## Records supplied
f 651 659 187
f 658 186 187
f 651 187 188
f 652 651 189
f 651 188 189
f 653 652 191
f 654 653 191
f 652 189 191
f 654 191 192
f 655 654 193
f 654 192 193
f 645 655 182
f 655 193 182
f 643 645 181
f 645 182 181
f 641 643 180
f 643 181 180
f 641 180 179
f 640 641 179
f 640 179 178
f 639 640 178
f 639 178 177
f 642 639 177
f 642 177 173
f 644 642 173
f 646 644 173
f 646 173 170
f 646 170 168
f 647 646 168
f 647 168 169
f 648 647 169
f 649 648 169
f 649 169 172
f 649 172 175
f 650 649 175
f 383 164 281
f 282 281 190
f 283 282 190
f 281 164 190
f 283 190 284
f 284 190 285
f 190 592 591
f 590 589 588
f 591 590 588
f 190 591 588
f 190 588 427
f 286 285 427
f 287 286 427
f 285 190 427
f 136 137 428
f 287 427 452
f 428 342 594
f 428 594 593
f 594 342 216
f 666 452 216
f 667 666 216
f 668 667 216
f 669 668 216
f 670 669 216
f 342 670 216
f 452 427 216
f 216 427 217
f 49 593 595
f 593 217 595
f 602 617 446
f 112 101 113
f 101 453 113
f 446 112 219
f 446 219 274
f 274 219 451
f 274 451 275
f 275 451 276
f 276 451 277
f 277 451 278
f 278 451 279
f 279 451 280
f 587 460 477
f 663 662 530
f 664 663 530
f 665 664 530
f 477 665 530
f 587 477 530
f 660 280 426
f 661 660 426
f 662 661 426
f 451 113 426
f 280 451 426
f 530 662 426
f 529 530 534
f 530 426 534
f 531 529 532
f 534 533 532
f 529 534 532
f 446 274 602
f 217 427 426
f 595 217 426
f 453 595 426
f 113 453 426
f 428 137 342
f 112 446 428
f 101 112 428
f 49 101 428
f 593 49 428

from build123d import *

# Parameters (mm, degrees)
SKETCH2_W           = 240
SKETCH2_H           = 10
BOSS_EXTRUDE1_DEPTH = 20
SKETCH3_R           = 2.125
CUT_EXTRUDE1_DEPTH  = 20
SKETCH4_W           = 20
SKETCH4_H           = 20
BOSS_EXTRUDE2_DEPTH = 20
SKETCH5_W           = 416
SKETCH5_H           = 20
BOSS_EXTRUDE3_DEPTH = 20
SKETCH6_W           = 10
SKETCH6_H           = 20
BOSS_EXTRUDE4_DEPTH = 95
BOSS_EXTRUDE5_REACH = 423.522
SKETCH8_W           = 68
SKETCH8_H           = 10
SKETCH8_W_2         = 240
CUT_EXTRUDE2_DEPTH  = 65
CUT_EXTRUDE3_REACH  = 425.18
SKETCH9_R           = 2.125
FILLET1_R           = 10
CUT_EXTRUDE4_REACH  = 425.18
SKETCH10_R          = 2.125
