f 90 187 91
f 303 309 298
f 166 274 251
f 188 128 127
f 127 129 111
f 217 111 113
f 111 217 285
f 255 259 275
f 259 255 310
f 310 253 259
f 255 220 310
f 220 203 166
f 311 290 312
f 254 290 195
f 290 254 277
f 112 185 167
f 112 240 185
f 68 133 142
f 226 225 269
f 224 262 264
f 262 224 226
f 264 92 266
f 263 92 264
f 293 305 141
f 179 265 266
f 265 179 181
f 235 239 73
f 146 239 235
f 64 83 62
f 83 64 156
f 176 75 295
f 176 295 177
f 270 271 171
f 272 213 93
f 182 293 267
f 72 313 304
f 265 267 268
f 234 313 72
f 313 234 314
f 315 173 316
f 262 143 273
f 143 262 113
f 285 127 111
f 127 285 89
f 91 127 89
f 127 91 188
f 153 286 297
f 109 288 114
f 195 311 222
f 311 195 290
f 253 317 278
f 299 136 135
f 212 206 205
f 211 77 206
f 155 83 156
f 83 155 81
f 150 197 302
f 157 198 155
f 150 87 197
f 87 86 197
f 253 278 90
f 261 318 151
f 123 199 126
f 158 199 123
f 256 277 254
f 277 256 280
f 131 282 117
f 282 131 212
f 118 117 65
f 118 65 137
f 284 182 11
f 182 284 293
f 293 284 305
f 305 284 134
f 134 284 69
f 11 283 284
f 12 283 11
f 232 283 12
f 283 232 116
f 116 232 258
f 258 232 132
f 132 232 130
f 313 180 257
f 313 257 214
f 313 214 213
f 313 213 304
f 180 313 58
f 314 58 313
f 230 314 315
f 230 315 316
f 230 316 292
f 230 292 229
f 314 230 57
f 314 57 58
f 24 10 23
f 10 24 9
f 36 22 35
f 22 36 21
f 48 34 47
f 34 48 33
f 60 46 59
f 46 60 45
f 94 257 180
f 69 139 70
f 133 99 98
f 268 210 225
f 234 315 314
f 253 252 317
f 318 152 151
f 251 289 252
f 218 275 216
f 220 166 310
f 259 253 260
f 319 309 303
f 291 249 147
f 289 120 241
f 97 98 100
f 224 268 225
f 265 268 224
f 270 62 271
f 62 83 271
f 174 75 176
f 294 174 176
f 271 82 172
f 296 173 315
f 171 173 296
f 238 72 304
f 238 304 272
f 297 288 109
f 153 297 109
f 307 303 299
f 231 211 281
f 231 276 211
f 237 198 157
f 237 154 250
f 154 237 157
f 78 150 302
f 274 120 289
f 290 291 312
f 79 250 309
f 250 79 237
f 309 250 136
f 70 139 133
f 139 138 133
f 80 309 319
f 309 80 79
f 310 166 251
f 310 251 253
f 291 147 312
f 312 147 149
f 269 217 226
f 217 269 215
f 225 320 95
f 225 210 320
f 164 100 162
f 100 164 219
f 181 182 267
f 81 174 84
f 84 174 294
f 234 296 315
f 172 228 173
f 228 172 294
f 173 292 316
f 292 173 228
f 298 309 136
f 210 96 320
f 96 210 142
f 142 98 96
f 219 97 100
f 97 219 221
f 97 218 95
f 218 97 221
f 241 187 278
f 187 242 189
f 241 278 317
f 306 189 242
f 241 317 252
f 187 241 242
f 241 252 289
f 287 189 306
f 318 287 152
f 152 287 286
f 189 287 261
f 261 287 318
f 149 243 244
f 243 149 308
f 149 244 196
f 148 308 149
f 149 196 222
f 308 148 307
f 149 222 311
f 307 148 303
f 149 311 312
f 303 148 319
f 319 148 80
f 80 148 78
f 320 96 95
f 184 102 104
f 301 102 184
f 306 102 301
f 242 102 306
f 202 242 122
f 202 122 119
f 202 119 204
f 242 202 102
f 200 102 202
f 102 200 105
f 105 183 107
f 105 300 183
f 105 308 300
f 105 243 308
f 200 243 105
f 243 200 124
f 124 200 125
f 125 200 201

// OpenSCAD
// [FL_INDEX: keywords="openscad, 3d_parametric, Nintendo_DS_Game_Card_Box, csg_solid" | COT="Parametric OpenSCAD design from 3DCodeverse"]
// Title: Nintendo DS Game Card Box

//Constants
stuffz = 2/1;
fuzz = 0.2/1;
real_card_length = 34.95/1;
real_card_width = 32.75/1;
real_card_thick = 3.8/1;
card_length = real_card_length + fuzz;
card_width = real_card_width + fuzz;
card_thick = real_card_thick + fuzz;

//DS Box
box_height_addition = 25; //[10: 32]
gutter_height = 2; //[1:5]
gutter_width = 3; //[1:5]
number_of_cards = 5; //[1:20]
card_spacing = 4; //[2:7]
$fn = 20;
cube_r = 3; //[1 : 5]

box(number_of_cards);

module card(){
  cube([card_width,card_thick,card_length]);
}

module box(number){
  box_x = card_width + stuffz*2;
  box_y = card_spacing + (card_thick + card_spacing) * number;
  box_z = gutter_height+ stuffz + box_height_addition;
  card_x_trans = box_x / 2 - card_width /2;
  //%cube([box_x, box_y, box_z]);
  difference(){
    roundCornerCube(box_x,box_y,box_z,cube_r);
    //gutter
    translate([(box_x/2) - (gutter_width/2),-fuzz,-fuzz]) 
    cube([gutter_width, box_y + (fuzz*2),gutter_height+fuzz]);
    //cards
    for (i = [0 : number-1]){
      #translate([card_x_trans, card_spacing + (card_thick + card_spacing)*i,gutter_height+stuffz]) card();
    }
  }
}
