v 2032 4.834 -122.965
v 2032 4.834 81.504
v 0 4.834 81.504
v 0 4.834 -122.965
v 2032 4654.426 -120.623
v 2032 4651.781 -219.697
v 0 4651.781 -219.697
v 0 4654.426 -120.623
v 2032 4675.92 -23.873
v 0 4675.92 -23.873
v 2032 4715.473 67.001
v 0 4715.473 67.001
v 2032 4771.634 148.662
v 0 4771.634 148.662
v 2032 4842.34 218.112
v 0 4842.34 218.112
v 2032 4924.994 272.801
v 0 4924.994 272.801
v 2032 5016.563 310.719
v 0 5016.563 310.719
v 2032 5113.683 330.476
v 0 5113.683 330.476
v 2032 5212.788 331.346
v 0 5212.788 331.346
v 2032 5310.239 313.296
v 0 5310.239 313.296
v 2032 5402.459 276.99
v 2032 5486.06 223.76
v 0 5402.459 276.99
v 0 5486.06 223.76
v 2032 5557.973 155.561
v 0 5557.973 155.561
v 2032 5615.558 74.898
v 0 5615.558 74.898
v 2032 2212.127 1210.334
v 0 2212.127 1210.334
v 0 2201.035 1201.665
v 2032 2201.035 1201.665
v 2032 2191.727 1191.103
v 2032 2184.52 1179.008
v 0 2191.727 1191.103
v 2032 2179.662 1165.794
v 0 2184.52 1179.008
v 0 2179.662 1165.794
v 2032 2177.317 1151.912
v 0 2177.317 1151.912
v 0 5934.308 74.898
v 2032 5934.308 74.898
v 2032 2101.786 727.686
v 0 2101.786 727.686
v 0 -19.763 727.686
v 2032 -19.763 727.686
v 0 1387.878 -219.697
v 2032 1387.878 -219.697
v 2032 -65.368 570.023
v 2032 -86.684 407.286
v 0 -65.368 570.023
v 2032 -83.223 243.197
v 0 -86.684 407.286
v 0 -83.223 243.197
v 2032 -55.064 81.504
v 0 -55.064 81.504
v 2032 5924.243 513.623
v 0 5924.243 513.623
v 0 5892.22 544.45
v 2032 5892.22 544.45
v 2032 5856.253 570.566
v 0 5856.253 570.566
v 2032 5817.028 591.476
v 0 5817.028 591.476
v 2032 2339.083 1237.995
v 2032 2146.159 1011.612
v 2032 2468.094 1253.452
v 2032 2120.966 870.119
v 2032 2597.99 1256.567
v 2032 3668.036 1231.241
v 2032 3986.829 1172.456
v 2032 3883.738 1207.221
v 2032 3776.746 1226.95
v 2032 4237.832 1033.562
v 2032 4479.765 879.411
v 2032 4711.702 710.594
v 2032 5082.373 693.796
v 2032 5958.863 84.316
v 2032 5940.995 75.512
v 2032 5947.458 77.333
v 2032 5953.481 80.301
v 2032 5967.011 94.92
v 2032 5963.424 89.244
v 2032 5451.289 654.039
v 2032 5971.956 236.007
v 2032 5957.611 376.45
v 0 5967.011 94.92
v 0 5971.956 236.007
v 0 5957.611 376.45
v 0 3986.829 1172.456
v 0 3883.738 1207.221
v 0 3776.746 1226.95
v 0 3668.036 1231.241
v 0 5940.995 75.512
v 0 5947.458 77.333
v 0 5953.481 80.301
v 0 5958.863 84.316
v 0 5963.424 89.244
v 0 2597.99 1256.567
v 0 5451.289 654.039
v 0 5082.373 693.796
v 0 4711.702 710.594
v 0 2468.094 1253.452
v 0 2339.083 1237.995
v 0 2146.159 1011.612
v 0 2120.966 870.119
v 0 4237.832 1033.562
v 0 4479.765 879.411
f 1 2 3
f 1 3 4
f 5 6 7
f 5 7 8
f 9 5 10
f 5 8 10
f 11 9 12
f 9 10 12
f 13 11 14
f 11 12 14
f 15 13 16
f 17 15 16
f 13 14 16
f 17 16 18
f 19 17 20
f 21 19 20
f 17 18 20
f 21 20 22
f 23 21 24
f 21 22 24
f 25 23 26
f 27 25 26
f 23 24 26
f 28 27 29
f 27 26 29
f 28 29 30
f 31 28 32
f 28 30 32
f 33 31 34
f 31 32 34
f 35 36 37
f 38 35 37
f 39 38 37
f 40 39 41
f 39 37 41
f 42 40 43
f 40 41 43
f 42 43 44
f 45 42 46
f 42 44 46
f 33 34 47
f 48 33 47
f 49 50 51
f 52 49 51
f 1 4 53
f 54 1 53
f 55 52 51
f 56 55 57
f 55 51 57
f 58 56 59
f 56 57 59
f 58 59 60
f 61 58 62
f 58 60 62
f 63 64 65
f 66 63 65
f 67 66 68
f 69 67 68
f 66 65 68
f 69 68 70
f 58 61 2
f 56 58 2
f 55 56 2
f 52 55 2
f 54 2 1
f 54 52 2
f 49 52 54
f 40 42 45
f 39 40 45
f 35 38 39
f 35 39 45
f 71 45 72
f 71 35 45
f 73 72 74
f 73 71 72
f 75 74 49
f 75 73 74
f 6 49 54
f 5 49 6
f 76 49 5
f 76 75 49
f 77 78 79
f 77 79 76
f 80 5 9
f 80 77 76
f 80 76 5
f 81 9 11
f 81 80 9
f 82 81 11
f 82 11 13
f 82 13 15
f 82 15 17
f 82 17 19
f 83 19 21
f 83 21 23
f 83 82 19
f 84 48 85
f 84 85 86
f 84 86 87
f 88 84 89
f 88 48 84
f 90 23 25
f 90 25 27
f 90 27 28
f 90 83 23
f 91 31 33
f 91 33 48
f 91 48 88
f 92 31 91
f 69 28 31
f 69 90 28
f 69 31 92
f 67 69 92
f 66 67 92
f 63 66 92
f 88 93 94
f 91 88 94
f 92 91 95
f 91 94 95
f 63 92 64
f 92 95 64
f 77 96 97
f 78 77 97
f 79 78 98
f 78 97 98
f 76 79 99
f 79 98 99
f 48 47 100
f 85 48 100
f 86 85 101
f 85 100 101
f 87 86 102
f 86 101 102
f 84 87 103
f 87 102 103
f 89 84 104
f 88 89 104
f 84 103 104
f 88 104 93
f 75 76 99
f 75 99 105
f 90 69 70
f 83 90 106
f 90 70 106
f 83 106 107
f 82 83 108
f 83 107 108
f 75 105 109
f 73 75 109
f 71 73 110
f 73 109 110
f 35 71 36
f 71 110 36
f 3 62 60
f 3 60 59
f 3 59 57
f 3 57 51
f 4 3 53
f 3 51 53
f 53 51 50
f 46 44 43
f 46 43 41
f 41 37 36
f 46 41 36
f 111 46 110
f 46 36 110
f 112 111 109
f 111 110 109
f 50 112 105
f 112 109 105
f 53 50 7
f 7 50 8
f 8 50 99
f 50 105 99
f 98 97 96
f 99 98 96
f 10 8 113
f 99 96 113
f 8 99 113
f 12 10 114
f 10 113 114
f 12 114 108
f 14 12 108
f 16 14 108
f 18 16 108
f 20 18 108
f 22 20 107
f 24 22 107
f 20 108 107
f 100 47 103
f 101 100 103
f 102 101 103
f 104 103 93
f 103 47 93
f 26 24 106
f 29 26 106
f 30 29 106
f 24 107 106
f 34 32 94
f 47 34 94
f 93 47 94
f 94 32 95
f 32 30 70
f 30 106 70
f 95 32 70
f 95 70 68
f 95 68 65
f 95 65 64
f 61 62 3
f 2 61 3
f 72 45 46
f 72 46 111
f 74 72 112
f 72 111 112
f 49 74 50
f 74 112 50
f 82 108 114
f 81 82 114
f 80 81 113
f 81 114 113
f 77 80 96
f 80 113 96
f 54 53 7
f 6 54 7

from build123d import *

# Parameters (mm, degrees)
F2_DEPTH = 2032


with BuildPart() as f2:
    # F1 (on Right) → F2 (new body)
    with BuildSketch(Plane.YZ):
        with BuildLine():
            Line((2101.785505274, 727.6855798425), (-19.7628020611, 727.6855798425))
            ThreePointArc((-19.7628020611, 727.6855798425), (-86.683913356, 407.2864265747), (-55.0640291836, 81.5039293828))
            Line((-55.0640291836, 81.5039293828), (4.8336413387, 81.5039293828))
            Line((4.8336413387, 81.5039293828), (4.8336413387, -122.9648201392))
            Line((4.8336413387, -122.9648201392), (1387.8776439164, -219.6968405173))
            Line((1387.8776439164, -219.6968405173), (2127.7049191926, -219.6968405173))
            ThreePointArc((2127.7049191926, -219.6968405173), (2081.5219811254, 253.0854160445), (2101.785505274, 727.6855798426))
        make_face()
        with BuildLine():
            ThreePointArc((2177.317456219, 1151.9124599161), (2132.8138260133, 940.9986331775), (2101.785505274, 727.6855798426))
            Line((2101.785505274, 727.6855798425), (2121.7959680293, 727.6855798425))
            ThreePointArc((2121.7959680293, 727.6855798425), (2094.9083803327, 253.8082407133), (2127.7049191926, -219.6968405173))
            Line((2127.7049191926, -219.6968405173), (4651.78068063, -219.6968405173))
            ThreePointArc((4651.78068063, -219.6968405173), (5016.5627272177, 310.719477874), (5615.5582227442, 74.8979168))
            Line((5615.5582227442, 74.8979168), (5934.3084523646, 74.8979168))
            ThreePointArc((5934.3084523646, 74.8979168), (5953.4810211659, 80.300832077), (5967.0113954416, 94.9195823619))
            ThreePointArc((5967.0113954416, 94.9195823619), (5967.1863626582, 306.4736463751), (5924.2433938852, 513.6234811494))
            ThreePointArc((5924.2433938852, 513.6234811494), (5874.6880783094, 558.1300327479), (5817.0284662119, 591.4756706902))
            ThreePointArc((5817.0284662119, 591.4756706902), (5267.1396396799, 676.7800301244), (4711.701813685, 710.5938843438))
            ThreePointArc((4711.701813685, 710.5938843438), (4359.9908008622, 958.3584005149), (3986.8287477365, 1172.4564484307))
            ThreePointArc((3986.8287477365, 1172.4564484307), (3830.5944128843, 1218.9973597292), (3668.0357456207, 1231.2408685684))
            Line((3668.0357456207, 1231.2408685684), (2597.9900360107, 1256.5667629242))
            ThreePointArc((2597.9900360107, 1256.5667629242), (2403.4041422687, 1247.2600489767), (2212.1274471283, 1210.3343009949))
            ThreePointArc((2212.1274471283, 1210.3343009949), (2187.8435508346, 1185.2220954437), (2177.317456219, 1151.9124599161))
        make_face()
        with BuildLine():
            Line((2121.7959680293, 727.6855798425), (2101.785505274, 727.6855798425))
            ThreePointArc((2101.785505274, 727.6855798426), (2081.5219811254, 253.0854160445), (2127.7049191926, -219.6968405173))
            ThreePointArc((2127.7049191926, -219.6968405173), (2094.9083803327, 253.8082407133), (2121.7959680293, 727.6855798425))
        make_face()
    extrude(amount=F2_DEPTH)


solid = f2.part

## Exercise brief
Find the lines above that include the string "fuzz" and copy them.

## Written answer
fuzz = 0.2/1;
card_length = real_card_length + fuzz;
card_width = real_card_width + fuzz;
card_thick = real_card_thick + fuzz;
    translate([(box_x/2) - (gutter_width/2),-fuzz,-fuzz]) 
    cube([gutter_width, box_y + (fuzz*2),gutter_height+fuzz]);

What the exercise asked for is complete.